# Deburring



## duckfat33 (Oct 21, 2011)

Another rookie sharpening question (because I think I've drifted the thread below far enough away from its original purpose).

My sharpening is really coming along in leaps and bounds since starting a few weeks ago - it really amazes me.

My kit is 400, 1K and 5K Naniwa SSs, and a leather strop. 

My question is about deburring. I've read a lot of different approaches to this, and have sort have put together a hybrid approach of my own. I'm very interested in what everyone else's approach is.

Basically, I chase the burr on each stone until I am down to 5 passes per side. Then I strop on that stone each side 2-3 time, alternating each time. After I am finished on the highest grit stone, I run the blade through a cork a few times. Then strop on the leather, always alternating sides.

What do you guys do? Is there any advantage to deburring on the cork after every stone, or is it OK to leave it until the end
? I've heard some of the other forums talk of some steels having a 'stubborn' burr. How do you pick these, and what is the solution?


----------



## boar_d_laze (Feb 13, 2008)

Let's start with some definitions and some basic technique.

*Chasing v Stropping:*

"Chasing" the burr and "stropping" aren't necessarily different.

"Chasing" the burr means getting so much fatigue along the seam where the burr meets the (as yet unrevealed) edge, that the burr can flip from side to side with very little pressure.
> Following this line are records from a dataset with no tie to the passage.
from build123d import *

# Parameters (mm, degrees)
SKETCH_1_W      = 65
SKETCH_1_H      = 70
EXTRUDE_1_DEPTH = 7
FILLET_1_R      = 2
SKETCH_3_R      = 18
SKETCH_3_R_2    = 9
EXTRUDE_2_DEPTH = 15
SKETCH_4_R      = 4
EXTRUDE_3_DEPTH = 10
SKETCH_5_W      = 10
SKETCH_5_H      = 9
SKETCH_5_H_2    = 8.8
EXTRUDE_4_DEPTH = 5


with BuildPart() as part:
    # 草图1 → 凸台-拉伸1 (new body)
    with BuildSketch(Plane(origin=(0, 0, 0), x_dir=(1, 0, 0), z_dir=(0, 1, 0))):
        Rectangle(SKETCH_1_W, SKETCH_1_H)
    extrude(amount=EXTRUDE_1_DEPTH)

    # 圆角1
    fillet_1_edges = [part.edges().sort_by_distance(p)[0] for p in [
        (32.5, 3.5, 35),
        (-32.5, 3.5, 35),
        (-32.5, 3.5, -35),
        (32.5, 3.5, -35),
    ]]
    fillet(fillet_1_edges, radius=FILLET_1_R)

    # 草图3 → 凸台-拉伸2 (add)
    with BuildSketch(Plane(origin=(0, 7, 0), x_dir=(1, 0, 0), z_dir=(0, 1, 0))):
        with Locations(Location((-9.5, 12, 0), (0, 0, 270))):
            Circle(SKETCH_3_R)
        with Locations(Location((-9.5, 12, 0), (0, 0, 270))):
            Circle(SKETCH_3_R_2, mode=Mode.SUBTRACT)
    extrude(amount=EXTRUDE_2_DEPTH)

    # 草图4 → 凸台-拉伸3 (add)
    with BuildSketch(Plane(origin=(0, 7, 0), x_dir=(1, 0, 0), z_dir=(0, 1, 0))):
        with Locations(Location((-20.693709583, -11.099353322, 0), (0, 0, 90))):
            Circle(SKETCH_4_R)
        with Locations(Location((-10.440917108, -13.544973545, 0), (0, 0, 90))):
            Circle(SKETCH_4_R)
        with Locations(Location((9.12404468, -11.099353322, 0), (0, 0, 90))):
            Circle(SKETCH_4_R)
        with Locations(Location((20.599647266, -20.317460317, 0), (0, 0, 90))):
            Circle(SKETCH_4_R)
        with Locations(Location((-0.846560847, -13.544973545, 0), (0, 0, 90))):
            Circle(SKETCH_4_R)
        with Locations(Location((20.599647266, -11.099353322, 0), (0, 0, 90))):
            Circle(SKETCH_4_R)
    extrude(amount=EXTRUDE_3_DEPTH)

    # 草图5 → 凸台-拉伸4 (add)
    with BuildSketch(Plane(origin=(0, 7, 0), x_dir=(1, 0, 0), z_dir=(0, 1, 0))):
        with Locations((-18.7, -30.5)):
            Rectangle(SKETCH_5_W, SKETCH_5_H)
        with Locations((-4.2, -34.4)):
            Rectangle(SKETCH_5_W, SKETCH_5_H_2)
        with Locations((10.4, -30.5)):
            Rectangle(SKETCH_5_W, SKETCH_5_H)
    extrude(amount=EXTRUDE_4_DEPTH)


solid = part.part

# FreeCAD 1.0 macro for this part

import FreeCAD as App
import Part
import Sketcher


def edges_at(feature, points):
    """Names of the edges that pass closest to the given points."""
    edges = feature.Shape.Edges
    near = lambda p: min(range(len(edges)), key=lambda i: edges[i].distToShape(Part.Vertex(*p))[0])
    return sorted({f"Edge{near(p) + 1}" for p in points})

doc = App.newDocument("Part")
body = doc.addObject("PartDesign::Body", "Body")

sketch1 = body.newObject("Sketcher::SketchObject", "Sketch")
sketch1.AttachmentSupport = (doc.getObject("XZ_Plane"), [""])
sketch1.MapMode = "FlatFace"
sketch1.addGeometry(Part.LineSegment(App.Vector(-32.5, -35, 0), App.Vector(-32.5, 35, 0)), False)
sketch1.addGeometry(Part.LineSegment(App.Vector(-32.5, 35, 0), App.Vector(32.5, 35, 0)), False)
sketch1.addGeometry(Part.LineSegment(App.Vector(32.5, 35, 0), App.Vector(32.5, -35, 0)), False)
sketch1.addGeometry(Part.LineSegment(App.Vector(32.5, -35, 0), App.Vector(-32.5, -35, 0)), False)
sketch1.addConstraint(Sketcher.Constraint("Coincident", 0, 2, 1, 1))
sketch1.addConstraint(Sketcher.Constraint("Coincident", 1, 2, 2, 1))
sketch1.addConstraint(Sketcher.Constraint("Coincident", 2, 2, 3, 1))
sketch1.addConstraint(Sketcher.Constraint("Coincident", 3, 2, 0, 1))
sketch1.addConstraint(Sketcher.Constraint("Vertical", 0))
sketch1.addConstraint(Sketcher.Constraint("Horizontal", 1))
sketch1.addConstraint(Sketcher.Constraint("Vertical", 2))
sketch1.addConstraint(Sketcher.Constraint("Horizontal", 3))
sketch1.addConstraint(Sketcher.Constraint("Symmetric", 0, 2, 2, 2, -1, 1))
sketch1.addConstraint(Sketcher.Constraint("DistanceX", 1, 1, 1, 2, 65.0))
sketch1.addConstraint(Sketcher.Constraint("DistanceY", 0, 1, 0, 2, 70.0))
pad1 = body.newObject("PartDesign::Pad", "Pad")
pad1.Profile = sketch1
pad1.Length = 7
pad1.Reversed = True
doc.recompute()

fillet = body.newObject("PartDesign::Fillet", "Fillet")
fillet.Base = (pad1, edges_at(pad1, [
    (32.5, 3.5, 35),
    (-32.5, 3.5, 35),
    (-32.5, 3.5, -35),
    (32.5, 3.5, -35),
]))
fillet.Radius = 2

sketch2 = body.newObject("Sketcher::SketchObject", "Sketch001")
sketch2.AttachmentSupport = (doc.getObject("XZ_Plane"), [""])
sketch2.MapMode = "FlatFace"
sketch2.AttachmentOffset = App.Placement(App.Vector(0, 0, -7), App.Rotation())
sketch2.addGeometry(Part.Circle(App.Vector(-9.5, -12, 0), App.Vector(0, 0, 1), 18), False)
sketch2.addGeometry(Part.Circle(App.Vector(-9.5, -12, 0), App.Vector(0, 0, 1), 9), False)
sketch2.addConstraint(Sketcher.Constraint("Coincident", 1, 3, 0, 3))
sketch2.addConstraint(Sketcher.Constraint("Diameter", 0, 36.0))
sketch2.addConstraint(Sketcher.Constraint("Diameter", 1, 18.0))
sketch2.addConstraint(Sketcher.Constraint("DistanceY", 0, 3, -1, 1, 12.0))
sketch2.addConstraint(Sketcher.Constraint("DistanceX", 0, 3, -1, 1, 9.5))
pad2 = body.newObject("PartDesign::Pad", "Pad001")
pad2.Profile = sketch2
pad2.Length = 15
pad2.Reversed = True

sketch3 = body.newObject("Sketcher::SketchObject", "Sketch002")
sketch3.AttachmentSupport = (doc.getObject("XZ_Plane"), [""])
sketch3.MapMode = "FlatFace"
sketch3.AttachmentOffset = App.Placement(App.Vector(0, 0, -7), App.Rotation())
sketch3.addGeometry(Part.Circle(App.Vector(-20.69371, 11.099353, 0), App.Vector(0, 0, 1), 4), False)
sketch3.addGeometry(Part.Circle(App.Vector(-10.440917, 13.544974, 0), App.Vector(0, 0, 1), 4), False)
sketch3.addGeometry(Part.Circle(App.Vector(9.124045, 11.099353, 0), App.Vector(0, 0, 1), 4), False)
sketch3.addGeometry(Part.Circle(App.Vector(20.599647, 20.31746, 0), App.Vector(0, 0, 1), 4), False)
sketch3.addGeometry(Part.Circle(App.Vector(-0.846561, 13.544974, 0), App.Vector(0, 0, 1), 4), False)
sketch3.addGeometry(Part.Circle(App.Vector(20.599647, 11.099353, 0), App.Vector(0, 0, 1), 4), False)
sketch3.addConstraint(Sketcher.Constraint("Equal", 0, 1))
sketch3.addConstraint(Sketcher.Constraint("Equal", 1, 2))
sketch3.addConstraint(Sketcher.Constraint("Equal", 2, 3))
sketch3.addConstraint(Sketcher.Constraint("Equal", 3, 4))
sketch3.addConstraint(Sketcher.Constraint("Equal", 4, 5))
sketch3.addConstraint(Sketcher.Constraint("Horizontal", 0, 3, 2, 3))
sketch3.addConstraint(Sketcher.Constraint("Horizontal", 1, 3, 4, 3))
sketch3.addConstraint(Sketcher.Constraint("Horizontal", 2, 3, 5, 3))
sketch3.addConstraint(Sketcher.Constraint("Vertical", 3, 3, 5, 3))
sketch3.addConstraint(Sketcher.Constraint("Diameter", 0, 8.0))
sketch3.addConstraint(Sketcher.Constraint("DistanceX", 0, 3, -1, 1, 20.69371))
sketch3.addConstraint(Sketcher.Constraint("DistanceY", -1, 1, 3, 3, 20.31746))
sketch3.addConstraint(Sketcher.Constraint("DistanceX", 4, 3, -1, 1, 0.846561))
sketch3.addConstraint(Sketcher.Constraint("DistanceY", 0, 3, 1, 3, 2.44562))
sketch3.addConstraint(Sketcher.Constraint("DistanceX", 1, 3, 2, 3, 19.564962))
sketch3.addConstraint(Sketcher.Constraint("DistanceX", 4, 3, 3, 3, 21.446208))
sketch3.addConstraint(Sketcher.Constraint("DistanceY", -1, 1, 0, 3, 11.099353))
sketch3.addConstraint(Sketcher.Constraint("DistanceX", 1, 3, -1, 1, 10.440917))
pad3 = body.newObject("PartDesign::Pad", "Pad002")
pad3.Profile = sketch3
pad3.Length = 10
pad3.Reversed = True

sketch4 = body.newObject("Sketcher::SketchObject", "Sketch003")
sketch4.AttachmentSupport = (doc.getObject("XZ_Plane"), [""])
sketch4.MapMode = "FlatFace"
sketch4.AttachmentOffset = App.Placement(App.Vector(0, 0, -7), App.Rotation())
sketch4.addGeometry(Part.LineSegment(App.Vector(-23.7, 26, 0), App.Vector(-23.7, 35, 0)), False)
sketch4.addGeometry(Part.LineSegment(App.Vector(-23.7, 35, 0), App.Vector(-13.7, 35, 0)), False)
sketch4.addGeometry(Part.LineSegment(App.Vector(-13.7, 35, 0), App.Vector(-13.7, 26, 0)), False)
sketch4.addGeometry(Part.LineSegment(App.Vector(-13.7, 26, 0), App.Vector(-23.7, 26, 0)), False)
sketch4.addGeometry(Part.LineSegment(App.Vector(-9.2, 30, 0), App.Vector(-9.2, 38.8, 0)), False)
sketch4.addGeometry(Part.LineSegment(App.Vector(-9.2, 38.8, 0), App.Vector(0.8, 38.8, 0)), False)
sketch4.addGeometry(Part.LineSegment(App.Vector(0.8, 38.8, 0), App.Vector(0.8, 30, 0)), False)
sketch4.addGeometry(Part.LineSegment(App.Vector(0.8, 30, 0), App.Vector(-9.2, 30, 0)), False)
sketch4.addGeometry(Part.LineSegment(App.Vector(5.4, 26, 0), App.Vector(5.4, 35, 0)), False)
sketch4.addGeometry(Part.LineSegment(App.Vector(5.4, 35, 0), App.Vector(15.4, 35, 0)), False)
sketch4.addGeometry(Part.LineSegment(App.Vector(15.4, 35, 0), App.Vector(15.4, 26, 0)), False)
sketch4.addGeometry(Part.LineSegment(App.Vector(15.4, 26, 0), App.Vector(5.4, 26, 0)), False)
sketch4.addConstraint(Sketcher.Constraint("Coincident", 0, 2, 1, 1))
sketch4.addConstraint(Sketcher.Constraint("Coincident", 1, 2, 2, 1))
sketch4.addConstraint(Sketcher.Constraint("Coincident", 2, 2, 3, 1))
sketch4.addConstraint(Sketcher.Constraint("Coincident", 3, 2, 0, 1))
sketch4.addConstraint(Sketcher.Constraint("Coincident", 4, 2, 5, 1))
sketch4.addConstraint(Sketcher.Constraint("Coincident", 5, 2, 6, 1))
sketch4.addConstraint(Sketcher.Constraint("Coincident", 6, 2, 7, 1))
sketch4.addConstraint(Sketcher.Constraint("Coincident", 7, 2, 4, 1))
sketch4.addConstraint(Sketcher.Constraint("Coincident", 8, 2, 9, 1))
sketch4.addConstraint(Sketcher.Constraint("Coincident", 9, 2, 10, 1))
sketch4.addConstraint(Sketcher.Constraint("Coincident", 10, 2, 11, 1))
sketch4.addConstraint(Sketcher.Constraint("Coincident", 11, 2, 8, 1))
sketch4.addConstraint(Sketcher.Constraint("Vertical", 0))
sketch4.addConstraint(Sketcher.Constraint("Horizontal", 1))
sketch4.addConstraint(Sketcher.Constraint("Vertical", 2))
sketch4.addConstraint(Sketcher.Constraint("Horizontal", 3))
sketch4.addConstraint(Sketcher.Constraint("Vertical", 4))
sketch4.addConstraint(Sketcher.Constraint("Horizontal", 5))
sketch4.addConstraint(Sketcher.Constraint("Vertical", 6))
sketch4.addConstraint(Sketcher.Constraint("Horizontal", 7))
sketch4.addConstraint(Sketcher.Constraint("Vertical", 8))
sketch4.addConstraint(Sketcher.Constraint("Horizontal", 9))
sketch4.addConstraint(Sketcher.Constraint("Vertical", 10))
sketch4.addConstraint(Sketcher.Constraint("Horizontal", 11))
sketch4.addConstraint(Sketcher.Constraint("Horizontal", 1, 2, 8, 2))
sketch4.addConstraint(Sketcher.Constraint("Horizontal", 3, 2, 10, 2))
sketch4.addConstraint(Sketcher.Constraint("Equal", 3, 5))
sketch4.addConstraint(Sketcher.Constraint("Equal", 7, 9))
sketch4.addConstraint(Sketcher.Constraint("DistanceX", 1, 1, 1, 2, 10.0))
sketch4.addConstraint(Sketcher.Constraint("DistanceY", 0, 1, 0, 2, 9.0))
sketch4.addConstraint(Sketcher.Constraint("DistanceY", 4, 1, 4, 2, 8.8))
sketch4.addConstraint(Sketcher.Constraint("DistanceY", -1, 1, 0, 2, 35.0))
sketch4.addConstraint(Sketcher.Constraint("DistanceY", -1, 1, 6, 2, 30.0))
sketch4.addConstraint(Sketcher.Constraint("DistanceX", 0, 2, -1, 1, 23.7))
sketch4.addConstraint(Sketcher.Constraint("DistanceX", 4, 2, -1, 1, 9.2))
sketch4.addConstraint(Sketcher.Constraint("DistanceX", -1, 1, 8, 2, 5.4))
pad4 = body.newObject("PartDesign::Pad", "Pad003")
pad4.Profile = sketch4
pad4.Length = 5
pad4.Reversed = True

doc.recompute()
"Stropping" refers to using spine leading/edge trailing strokes only. It can also mean using stropping strokes on a "strop," which is any of several materials, hard or soft, charged or uncharged. In any case, you can chase a burr by stropping (on stones or a strop).

The idea with chasing the burr is to get it to change sides with a single, light pressure stroke. Once the burr is chased that far, it can be removed fairly easily and will leave a fresh, metal edge behind it; as fine as the scratch on the bevels will allow.

Because of it's very small contact patch, a honing rod creates tremendous pressure along the burr and seam. If you want to use yours as a part of the deburring process; chase your burrs on your stones and/or strops to the _flip on every stroke _stage, then make sure with your rod. The geometry does nearly all the work. Three strokes per side, alternating sides with every stroke, and using very light pressure is enough.

*Deburring:*

Some people deburr after every grit level, some only once they've reached a fairly refined level. As it happens, I don't deburr until around 3K-5K based on the _*BDL Theory of Avoiding Unnecessary Effort Like the Frikkin' Plague*_; but that doesn't mean you should do what I do.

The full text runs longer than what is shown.